(Stored items from a collection)
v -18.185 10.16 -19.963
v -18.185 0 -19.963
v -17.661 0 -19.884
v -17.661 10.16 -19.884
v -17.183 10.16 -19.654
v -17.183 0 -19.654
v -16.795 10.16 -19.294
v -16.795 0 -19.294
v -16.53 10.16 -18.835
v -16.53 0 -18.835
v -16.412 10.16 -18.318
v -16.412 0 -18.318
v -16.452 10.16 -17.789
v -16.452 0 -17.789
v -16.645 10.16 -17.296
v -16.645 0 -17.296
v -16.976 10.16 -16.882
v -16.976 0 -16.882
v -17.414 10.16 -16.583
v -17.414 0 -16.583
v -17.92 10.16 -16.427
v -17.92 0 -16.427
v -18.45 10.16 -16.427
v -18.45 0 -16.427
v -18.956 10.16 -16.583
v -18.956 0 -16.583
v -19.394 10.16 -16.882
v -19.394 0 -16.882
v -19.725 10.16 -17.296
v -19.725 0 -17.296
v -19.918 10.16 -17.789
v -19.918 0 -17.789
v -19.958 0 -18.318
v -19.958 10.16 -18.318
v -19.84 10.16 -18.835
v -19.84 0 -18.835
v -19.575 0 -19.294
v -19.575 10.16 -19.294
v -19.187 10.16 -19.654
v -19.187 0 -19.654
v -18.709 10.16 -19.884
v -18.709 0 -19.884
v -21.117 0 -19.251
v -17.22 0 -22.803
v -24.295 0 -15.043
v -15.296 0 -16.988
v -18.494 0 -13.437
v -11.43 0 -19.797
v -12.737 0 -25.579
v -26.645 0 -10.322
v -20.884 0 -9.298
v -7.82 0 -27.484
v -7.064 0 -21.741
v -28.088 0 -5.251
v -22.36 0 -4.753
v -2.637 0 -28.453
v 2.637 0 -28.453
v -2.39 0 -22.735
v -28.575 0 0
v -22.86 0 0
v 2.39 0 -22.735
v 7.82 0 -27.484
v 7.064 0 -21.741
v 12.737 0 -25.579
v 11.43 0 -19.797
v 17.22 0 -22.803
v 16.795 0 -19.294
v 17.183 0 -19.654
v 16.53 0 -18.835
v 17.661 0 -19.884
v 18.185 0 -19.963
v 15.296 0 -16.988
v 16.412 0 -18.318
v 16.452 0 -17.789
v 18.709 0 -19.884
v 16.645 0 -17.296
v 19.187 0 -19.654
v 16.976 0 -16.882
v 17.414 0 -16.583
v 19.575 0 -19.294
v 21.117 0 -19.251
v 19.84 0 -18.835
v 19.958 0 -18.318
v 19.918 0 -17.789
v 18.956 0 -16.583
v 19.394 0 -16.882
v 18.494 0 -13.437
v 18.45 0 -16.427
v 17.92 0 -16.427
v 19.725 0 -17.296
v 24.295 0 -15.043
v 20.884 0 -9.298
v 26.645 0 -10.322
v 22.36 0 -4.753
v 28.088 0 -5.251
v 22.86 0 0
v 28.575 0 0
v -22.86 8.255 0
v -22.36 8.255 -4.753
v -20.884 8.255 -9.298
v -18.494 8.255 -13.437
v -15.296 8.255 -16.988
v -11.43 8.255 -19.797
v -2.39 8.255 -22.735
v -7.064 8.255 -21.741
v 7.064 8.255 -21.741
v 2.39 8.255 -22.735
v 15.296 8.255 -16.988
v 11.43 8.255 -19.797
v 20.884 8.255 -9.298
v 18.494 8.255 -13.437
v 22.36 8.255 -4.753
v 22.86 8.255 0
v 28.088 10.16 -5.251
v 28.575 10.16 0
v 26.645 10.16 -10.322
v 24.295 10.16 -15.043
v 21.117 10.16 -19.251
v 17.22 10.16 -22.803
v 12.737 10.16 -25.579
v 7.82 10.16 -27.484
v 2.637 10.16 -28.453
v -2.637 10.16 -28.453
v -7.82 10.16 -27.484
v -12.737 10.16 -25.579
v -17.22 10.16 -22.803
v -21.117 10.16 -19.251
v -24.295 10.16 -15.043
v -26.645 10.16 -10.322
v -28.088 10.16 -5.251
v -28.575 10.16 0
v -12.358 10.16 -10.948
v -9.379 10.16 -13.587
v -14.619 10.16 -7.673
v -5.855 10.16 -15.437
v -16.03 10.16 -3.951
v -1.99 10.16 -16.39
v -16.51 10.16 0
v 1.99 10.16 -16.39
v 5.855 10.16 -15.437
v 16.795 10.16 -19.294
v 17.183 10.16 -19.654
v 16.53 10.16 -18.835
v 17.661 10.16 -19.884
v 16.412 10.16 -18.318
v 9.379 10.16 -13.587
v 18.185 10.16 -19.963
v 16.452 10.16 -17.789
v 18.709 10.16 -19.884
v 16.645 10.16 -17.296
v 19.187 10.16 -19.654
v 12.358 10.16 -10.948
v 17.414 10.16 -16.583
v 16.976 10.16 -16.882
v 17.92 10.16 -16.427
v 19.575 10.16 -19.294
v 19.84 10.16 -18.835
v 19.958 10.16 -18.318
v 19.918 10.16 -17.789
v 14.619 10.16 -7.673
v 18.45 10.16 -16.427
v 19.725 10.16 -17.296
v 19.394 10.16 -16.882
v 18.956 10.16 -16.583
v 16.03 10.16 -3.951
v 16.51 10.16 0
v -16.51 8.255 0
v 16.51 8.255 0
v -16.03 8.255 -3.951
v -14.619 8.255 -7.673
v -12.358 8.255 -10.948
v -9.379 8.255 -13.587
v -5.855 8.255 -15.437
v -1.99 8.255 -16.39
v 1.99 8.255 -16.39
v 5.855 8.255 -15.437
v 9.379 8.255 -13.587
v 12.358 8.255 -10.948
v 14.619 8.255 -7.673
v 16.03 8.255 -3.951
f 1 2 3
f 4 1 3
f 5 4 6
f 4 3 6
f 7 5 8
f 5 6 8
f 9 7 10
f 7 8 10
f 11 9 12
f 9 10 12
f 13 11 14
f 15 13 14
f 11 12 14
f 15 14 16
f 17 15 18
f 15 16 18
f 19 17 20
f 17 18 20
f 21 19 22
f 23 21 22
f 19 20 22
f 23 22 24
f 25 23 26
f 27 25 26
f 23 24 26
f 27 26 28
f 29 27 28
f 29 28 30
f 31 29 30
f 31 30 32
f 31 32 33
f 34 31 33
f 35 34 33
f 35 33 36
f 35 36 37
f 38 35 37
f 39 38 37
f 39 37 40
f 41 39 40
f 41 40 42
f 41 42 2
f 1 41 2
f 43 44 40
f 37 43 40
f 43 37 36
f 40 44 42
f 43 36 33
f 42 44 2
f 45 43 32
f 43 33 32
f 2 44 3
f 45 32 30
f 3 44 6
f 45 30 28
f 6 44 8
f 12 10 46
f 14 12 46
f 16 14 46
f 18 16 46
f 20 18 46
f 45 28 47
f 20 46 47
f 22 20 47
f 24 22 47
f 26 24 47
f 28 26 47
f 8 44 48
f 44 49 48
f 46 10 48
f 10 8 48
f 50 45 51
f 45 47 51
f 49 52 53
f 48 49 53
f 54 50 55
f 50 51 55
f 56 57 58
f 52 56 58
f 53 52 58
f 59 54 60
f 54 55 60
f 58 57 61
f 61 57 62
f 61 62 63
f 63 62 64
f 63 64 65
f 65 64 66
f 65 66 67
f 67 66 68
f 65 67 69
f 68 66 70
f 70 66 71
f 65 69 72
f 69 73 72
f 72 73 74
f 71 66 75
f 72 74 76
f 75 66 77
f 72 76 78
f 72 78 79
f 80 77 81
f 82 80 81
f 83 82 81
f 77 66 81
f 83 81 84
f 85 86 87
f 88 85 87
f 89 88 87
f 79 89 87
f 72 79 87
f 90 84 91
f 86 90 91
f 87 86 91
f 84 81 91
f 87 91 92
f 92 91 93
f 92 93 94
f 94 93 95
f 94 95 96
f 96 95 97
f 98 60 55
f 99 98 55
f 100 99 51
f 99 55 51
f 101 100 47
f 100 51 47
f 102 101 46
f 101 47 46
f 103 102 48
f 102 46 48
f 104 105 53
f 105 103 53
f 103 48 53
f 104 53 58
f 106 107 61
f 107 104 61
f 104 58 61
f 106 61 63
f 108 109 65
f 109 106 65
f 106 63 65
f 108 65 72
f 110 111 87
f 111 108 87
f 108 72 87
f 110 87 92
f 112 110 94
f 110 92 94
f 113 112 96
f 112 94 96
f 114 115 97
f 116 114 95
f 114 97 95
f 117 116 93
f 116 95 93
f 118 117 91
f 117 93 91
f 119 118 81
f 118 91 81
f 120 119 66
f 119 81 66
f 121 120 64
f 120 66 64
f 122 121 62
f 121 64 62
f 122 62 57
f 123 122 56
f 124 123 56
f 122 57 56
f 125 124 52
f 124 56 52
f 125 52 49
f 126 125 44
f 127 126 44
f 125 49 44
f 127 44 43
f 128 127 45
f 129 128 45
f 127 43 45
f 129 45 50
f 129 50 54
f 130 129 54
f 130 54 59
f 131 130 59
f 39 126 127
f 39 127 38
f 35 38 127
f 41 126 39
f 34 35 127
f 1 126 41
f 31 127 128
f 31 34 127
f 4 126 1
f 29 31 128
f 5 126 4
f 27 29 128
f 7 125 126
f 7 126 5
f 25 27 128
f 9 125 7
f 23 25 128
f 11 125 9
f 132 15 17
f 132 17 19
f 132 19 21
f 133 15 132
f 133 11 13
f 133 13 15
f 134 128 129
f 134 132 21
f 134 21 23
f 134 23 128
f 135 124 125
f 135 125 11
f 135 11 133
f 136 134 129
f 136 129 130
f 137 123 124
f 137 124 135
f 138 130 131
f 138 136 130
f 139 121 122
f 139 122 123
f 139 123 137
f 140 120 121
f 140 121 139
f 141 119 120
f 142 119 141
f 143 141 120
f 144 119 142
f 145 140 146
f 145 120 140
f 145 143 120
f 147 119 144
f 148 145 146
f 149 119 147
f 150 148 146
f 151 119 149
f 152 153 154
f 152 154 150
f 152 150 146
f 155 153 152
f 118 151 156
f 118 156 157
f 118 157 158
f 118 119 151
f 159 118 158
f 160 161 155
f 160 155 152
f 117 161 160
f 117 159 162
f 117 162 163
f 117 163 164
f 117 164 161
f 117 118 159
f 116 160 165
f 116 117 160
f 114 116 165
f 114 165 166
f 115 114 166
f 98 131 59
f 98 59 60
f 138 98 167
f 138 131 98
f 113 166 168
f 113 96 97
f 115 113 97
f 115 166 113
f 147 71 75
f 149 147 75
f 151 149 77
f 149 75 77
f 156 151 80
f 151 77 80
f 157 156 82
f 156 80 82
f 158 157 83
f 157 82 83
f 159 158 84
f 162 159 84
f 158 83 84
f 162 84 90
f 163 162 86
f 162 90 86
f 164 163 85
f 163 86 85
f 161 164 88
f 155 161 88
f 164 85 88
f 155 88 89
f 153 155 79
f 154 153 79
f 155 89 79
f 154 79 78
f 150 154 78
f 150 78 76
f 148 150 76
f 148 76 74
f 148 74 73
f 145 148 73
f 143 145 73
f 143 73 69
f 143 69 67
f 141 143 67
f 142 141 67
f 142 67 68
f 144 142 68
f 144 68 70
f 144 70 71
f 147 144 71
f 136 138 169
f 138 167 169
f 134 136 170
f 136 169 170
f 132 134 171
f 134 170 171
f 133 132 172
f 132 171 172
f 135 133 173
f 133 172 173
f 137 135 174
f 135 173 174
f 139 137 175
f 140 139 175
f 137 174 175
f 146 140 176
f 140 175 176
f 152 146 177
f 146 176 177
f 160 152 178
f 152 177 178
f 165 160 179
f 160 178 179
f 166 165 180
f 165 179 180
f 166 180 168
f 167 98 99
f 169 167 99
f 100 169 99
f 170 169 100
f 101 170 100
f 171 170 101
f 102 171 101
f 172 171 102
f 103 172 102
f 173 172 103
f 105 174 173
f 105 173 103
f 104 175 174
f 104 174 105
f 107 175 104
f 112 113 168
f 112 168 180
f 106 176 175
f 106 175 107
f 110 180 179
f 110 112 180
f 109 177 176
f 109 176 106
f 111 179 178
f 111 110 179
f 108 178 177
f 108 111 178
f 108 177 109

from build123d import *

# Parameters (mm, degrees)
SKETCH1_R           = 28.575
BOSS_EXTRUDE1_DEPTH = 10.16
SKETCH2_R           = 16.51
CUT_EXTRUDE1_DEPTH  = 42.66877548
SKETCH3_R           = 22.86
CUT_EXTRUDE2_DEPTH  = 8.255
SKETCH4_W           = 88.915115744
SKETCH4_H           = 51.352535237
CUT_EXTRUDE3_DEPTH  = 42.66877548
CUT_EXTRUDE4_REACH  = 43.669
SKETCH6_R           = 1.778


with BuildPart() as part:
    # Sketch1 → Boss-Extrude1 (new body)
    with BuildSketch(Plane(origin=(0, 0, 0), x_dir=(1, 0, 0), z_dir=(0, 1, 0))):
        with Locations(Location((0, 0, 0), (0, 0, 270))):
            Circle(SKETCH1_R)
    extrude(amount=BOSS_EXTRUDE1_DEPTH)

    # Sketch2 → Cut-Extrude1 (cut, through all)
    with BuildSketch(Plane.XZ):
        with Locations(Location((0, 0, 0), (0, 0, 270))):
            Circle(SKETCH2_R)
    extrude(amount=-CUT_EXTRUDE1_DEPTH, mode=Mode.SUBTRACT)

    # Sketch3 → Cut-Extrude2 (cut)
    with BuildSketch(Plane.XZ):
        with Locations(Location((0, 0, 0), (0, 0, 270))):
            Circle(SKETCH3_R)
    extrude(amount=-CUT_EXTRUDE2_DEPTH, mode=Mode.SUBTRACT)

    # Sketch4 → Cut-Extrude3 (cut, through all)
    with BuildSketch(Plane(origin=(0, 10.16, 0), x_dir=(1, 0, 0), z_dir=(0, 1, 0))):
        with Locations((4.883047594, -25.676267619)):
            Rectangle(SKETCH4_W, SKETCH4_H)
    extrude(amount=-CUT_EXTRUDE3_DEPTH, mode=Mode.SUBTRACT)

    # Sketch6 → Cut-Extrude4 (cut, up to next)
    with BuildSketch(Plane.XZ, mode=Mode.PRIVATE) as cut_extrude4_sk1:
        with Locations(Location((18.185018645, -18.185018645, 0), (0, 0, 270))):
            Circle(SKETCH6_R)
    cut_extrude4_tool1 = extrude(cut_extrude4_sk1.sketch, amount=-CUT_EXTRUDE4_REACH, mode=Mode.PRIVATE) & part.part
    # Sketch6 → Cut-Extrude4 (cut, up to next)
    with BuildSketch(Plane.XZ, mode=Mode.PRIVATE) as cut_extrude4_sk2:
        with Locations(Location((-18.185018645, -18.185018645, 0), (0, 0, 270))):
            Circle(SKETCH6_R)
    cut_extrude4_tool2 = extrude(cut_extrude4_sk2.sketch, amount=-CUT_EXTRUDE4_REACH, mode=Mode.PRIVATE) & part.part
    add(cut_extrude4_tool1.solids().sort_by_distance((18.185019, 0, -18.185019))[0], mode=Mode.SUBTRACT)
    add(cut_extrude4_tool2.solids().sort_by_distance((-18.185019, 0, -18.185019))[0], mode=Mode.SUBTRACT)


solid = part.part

Your objective: Restate verbatim the first line above and all lines after it through the line containing "v -19.918 0 -17.789"; omit the rest.

Reply to the exercise:
v -18.185 10.16 -19.963
v -18.185 0 -19.963
v -17.661 0 -19.884
v -17.661 10.16 -19.884
v -17.183 10.16 -19.654
v -17.183 0 -19.654
v -16.795 10.16 -19.294
v -16.795 0 -19.294
v -16.53 10.16 -18.835
v -16.53 0 -18.835
v -16.412 10.16 -18.318
v -16.412 0 -18.318
v -16.452 10.16 -17.789
v -16.452 0 -17.789
v -16.645 10.16 -17.296
v -16.645 0 -17.296
v -16.976 10.16 -16.882
v -16.976 0 -16.882
v -17.414 10.16 -16.583
v -17.414 0 -16.583
v -17.92 10.16 -16.427
v -17.92 0 -16.427
v -18.45 10.16 -16.427
v -18.45 0 -16.427
v -18.956 10.16 -16.583
v -18.956 0 -16.583
v -19.394 10.16 -16.882
v -19.394 0 -16.882
v -19.725 10.16 -17.296
v -19.725 0 -17.296
v -19.918 10.16 -17.789
v -19.918 0 -17.789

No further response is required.